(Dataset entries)
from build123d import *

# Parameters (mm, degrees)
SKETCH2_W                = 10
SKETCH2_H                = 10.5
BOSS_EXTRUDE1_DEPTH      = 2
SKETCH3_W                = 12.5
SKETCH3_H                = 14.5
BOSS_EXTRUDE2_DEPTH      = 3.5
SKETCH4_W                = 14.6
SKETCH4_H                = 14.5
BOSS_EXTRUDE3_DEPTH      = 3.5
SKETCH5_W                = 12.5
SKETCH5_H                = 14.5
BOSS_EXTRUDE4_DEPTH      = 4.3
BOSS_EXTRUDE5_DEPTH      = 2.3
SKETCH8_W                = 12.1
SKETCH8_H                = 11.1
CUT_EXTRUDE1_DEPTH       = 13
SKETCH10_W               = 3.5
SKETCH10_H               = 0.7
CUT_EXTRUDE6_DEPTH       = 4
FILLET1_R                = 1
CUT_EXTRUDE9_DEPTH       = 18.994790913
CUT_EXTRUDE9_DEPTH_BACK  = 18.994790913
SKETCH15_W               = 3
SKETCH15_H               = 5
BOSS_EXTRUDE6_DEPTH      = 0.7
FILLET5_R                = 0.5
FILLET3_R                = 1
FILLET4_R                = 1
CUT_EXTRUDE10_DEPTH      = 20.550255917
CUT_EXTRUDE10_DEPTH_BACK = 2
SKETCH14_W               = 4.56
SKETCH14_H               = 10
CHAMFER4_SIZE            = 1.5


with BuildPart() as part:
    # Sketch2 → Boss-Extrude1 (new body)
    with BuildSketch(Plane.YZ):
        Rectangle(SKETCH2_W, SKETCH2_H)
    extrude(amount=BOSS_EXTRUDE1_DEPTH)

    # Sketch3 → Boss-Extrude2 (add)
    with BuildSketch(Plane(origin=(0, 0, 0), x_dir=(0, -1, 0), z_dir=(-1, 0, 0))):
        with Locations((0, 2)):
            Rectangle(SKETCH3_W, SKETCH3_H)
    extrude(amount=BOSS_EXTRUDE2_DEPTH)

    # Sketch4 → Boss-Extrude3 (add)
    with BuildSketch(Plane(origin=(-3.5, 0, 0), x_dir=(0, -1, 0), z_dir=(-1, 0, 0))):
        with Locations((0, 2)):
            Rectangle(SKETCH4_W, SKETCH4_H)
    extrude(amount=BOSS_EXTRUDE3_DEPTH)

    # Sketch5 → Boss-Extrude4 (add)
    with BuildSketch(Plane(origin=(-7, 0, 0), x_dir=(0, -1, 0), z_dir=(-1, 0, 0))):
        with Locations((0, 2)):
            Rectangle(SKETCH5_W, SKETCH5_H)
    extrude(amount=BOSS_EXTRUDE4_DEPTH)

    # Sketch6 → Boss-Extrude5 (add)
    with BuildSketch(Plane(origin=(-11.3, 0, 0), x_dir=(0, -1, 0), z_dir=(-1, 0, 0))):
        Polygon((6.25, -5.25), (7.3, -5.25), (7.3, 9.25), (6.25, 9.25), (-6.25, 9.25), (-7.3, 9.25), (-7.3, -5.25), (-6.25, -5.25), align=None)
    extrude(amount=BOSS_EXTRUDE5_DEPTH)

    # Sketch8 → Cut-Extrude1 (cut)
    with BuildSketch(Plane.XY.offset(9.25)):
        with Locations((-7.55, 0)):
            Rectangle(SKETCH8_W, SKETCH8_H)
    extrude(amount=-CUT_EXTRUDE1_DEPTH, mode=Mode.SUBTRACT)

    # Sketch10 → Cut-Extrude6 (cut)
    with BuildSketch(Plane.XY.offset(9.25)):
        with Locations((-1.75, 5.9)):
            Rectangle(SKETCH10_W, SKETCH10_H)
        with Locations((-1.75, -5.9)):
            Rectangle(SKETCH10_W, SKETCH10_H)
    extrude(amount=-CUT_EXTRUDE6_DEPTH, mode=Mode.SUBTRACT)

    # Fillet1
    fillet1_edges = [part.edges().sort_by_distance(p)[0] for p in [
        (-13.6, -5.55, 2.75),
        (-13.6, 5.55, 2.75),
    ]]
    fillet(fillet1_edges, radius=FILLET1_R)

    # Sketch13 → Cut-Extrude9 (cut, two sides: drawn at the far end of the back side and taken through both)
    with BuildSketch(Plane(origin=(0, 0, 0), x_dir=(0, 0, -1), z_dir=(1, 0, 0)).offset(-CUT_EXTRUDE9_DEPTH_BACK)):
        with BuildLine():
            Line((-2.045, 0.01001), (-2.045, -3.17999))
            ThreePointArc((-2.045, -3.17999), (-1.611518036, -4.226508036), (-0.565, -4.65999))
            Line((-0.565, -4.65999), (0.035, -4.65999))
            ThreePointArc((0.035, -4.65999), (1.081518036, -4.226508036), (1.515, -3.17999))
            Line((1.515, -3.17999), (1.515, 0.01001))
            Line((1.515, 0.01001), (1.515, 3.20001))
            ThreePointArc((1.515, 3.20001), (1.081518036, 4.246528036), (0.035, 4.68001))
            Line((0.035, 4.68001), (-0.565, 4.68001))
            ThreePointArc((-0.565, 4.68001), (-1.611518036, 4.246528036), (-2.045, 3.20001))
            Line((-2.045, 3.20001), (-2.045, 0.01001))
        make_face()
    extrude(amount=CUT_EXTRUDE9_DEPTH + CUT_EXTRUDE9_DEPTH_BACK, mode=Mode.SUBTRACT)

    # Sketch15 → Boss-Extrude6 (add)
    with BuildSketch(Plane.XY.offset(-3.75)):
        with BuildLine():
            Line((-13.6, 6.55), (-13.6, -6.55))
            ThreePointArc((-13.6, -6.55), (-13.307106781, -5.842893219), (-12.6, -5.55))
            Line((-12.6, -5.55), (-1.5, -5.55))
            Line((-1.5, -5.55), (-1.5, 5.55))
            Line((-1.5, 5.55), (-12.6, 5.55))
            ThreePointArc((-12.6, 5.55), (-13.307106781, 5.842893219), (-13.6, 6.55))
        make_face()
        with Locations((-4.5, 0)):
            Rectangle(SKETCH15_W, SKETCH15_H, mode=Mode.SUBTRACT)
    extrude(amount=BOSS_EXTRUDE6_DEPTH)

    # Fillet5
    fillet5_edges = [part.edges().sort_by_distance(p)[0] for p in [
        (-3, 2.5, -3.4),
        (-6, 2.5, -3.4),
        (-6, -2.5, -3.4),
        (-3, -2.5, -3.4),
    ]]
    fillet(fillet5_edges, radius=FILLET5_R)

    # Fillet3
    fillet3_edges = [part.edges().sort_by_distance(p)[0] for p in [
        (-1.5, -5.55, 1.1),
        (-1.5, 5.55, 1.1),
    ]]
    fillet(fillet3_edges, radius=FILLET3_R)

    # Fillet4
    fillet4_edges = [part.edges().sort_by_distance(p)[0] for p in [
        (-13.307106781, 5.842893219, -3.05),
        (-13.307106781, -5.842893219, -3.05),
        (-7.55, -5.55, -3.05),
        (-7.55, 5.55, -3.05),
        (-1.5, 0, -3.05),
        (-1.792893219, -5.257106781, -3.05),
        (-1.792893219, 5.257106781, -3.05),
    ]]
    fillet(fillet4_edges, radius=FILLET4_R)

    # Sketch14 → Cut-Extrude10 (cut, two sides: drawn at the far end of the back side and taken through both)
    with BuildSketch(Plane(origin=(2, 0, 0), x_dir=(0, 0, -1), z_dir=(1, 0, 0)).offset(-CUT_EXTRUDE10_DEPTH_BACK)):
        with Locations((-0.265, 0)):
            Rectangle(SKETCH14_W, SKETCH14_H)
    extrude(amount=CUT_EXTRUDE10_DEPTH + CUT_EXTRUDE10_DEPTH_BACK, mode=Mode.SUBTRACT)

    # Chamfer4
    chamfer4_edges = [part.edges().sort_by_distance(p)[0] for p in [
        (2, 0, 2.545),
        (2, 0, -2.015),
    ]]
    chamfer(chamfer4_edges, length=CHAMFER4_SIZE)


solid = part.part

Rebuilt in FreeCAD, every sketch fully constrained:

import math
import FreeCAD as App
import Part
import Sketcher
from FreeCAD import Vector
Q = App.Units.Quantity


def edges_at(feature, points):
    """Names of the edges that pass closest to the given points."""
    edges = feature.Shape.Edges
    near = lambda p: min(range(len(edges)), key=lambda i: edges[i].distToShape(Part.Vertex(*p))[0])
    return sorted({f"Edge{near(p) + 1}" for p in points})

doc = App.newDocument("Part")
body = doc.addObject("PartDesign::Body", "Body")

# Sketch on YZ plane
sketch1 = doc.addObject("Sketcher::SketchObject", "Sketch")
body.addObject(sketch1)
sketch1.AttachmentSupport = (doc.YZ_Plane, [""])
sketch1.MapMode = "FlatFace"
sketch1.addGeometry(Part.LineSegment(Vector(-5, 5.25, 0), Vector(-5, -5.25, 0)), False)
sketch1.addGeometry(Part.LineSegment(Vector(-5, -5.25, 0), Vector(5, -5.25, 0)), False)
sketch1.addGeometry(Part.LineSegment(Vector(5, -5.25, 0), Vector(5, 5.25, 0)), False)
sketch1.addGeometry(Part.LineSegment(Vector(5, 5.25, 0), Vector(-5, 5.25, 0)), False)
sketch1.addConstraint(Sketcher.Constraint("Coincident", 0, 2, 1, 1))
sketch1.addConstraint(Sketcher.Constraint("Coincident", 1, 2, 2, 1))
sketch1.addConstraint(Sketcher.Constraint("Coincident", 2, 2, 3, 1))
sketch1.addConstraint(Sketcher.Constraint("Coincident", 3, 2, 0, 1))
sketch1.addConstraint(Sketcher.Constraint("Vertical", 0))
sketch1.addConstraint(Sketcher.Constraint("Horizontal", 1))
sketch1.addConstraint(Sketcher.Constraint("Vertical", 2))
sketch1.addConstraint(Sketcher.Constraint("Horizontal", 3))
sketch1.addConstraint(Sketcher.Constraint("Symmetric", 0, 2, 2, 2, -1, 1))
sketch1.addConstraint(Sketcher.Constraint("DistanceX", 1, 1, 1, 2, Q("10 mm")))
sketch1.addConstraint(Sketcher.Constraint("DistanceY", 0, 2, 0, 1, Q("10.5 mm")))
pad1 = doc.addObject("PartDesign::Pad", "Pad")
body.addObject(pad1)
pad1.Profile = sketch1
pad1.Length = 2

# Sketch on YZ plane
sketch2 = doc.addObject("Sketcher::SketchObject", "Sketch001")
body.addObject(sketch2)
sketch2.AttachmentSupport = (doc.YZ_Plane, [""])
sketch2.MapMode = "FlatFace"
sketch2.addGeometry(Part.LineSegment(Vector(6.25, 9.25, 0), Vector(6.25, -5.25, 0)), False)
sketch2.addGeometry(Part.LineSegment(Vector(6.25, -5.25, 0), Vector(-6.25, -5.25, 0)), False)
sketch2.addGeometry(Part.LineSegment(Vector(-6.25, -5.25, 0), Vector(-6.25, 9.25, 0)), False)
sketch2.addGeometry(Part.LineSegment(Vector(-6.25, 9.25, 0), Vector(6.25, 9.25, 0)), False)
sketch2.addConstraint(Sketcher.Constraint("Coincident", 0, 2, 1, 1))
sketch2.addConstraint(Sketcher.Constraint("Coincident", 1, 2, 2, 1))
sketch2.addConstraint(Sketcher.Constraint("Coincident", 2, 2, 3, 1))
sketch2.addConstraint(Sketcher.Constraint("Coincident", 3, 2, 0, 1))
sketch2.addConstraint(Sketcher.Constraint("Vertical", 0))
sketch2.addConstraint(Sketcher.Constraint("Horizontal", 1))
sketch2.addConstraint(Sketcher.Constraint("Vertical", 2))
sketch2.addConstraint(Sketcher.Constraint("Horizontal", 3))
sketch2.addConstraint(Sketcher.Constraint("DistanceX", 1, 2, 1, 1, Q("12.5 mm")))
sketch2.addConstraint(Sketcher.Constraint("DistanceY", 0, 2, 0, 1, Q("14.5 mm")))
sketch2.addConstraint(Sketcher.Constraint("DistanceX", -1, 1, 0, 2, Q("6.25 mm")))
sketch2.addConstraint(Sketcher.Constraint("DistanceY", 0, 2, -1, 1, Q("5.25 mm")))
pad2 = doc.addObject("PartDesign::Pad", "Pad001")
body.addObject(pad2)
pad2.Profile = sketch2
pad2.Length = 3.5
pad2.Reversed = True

Directions for this task
Reply with only the number of lines in the entries that hold the word "sides".

Solved problem
2